> WORK INSTRUCTION:
From the data below, restate every line word for word.

> Collected data:
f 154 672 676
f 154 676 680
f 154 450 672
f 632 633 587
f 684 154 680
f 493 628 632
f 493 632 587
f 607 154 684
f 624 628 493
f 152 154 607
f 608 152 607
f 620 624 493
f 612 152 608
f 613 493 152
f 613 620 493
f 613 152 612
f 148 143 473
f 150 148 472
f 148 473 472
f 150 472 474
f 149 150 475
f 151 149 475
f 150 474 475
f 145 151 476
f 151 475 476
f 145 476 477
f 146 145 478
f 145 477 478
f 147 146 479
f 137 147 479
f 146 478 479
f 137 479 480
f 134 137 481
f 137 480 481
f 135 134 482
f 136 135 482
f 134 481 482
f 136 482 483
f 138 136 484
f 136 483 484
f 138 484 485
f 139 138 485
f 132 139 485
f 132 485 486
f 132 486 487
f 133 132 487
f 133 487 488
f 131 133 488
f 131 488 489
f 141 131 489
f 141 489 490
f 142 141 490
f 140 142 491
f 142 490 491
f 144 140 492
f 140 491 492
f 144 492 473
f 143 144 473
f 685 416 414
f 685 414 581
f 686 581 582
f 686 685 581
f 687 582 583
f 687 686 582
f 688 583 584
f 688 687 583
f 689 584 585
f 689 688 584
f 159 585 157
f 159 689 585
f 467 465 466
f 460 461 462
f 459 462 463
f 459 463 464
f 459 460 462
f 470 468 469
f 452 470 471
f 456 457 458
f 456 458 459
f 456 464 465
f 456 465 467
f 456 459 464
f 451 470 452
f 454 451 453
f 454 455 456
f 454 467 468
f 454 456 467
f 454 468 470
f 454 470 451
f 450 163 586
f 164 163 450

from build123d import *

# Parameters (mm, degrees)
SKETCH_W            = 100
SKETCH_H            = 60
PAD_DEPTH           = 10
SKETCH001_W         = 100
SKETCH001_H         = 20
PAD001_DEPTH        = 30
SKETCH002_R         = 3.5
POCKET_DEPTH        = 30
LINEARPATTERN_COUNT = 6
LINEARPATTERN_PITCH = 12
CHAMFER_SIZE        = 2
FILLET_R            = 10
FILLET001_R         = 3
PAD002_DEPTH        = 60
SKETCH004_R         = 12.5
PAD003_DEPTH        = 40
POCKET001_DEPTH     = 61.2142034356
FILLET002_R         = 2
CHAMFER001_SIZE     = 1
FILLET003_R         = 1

> SOLUTION:
f 154 672 676
f 154 676 680
f 154 450 672
f 632 633 587
f 684 154 680
f 493 628 632
f 493 632 587
f 607 154 684
f 624 628 493
f 152 154 607
f 608 152 607
f 620 624 493
f 612 152 608
f 613 493 152
f 613 620 493
f 613 152 612
f 148 143 473
f 150 148 472
f 148 473 472
f 150 472 474
f 149 150 475
f 151 149 475
f 150 474 475
f 145 151 476
f 151 475 476
f 145 476 477
f 146 145 478
f 145 477 478
f 147 146 479
f 137 147 479
f 146 478 479
f 137 479 480
f 134 137 481
f 137 480 481
f 135 134 482
f 136 135 482
f 134 481 482
f 136 482 483
f 138 136 484
f 136 483 484
f 138 484 485
f 139 138 485
f 132 139 485
f 132 485 486
f 132 486 487
f 133 132 487
f 133 487 488
f 131 133 488
f 131 488 489
f 141 131 489
f 141 489 490
f 142 141 490
f 140 142 491
f 142 490 491
f 144 140 492
f 140 491 492
f 144 492 473
f 143 144 473
f 685 416 414
f 685 414 581
f 686 581 582
f 686 685 581
f 687 582 583
f 687 686 582
f 688 583 584
f 688 687 583
f 689 584 585
f 689 688 584
f 159 585 157
f 159 689 585
f 467 465 466
f 460 461 462
f 459 462 463
f 459 463 464
f 459 460 462
f 470 468 469
f 452 470 471
f 456 457 458
f 456 458 459
f 456 464 465
f 456 465 467
f 456 459 464
f 451 470 452
f 454 451 453
f 454 455 456
f 454 467 468
f 454 456 467
f 454 468 470
f 454 470 451
f 450 163 586
f 164 163 450

from build123d import *

# Parameters (mm, degrees)
SKETCH_W            = 100
SKETCH_H            = 60
PAD_DEPTH           = 10
SKETCH001_W         = 100
SKETCH001_H         = 20
PAD001_DEPTH        = 30
SKETCH002_R         = 3.5
POCKET_DEPTH        = 30
LINEARPATTERN_COUNT = 6
LINEARPATTERN_PITCH = 12
CHAMFER_SIZE        = 2
FILLET_R            = 10
FILLET001_R         = 3
PAD002_DEPTH        = 60
SKETCH004_R         = 12.5
PAD003_DEPTH        = 40
POCKET001_DEPTH     = 61.2142034356
FILLET002_R         = 2
CHAMFER001_SIZE     = 1
FILLET003_R         = 1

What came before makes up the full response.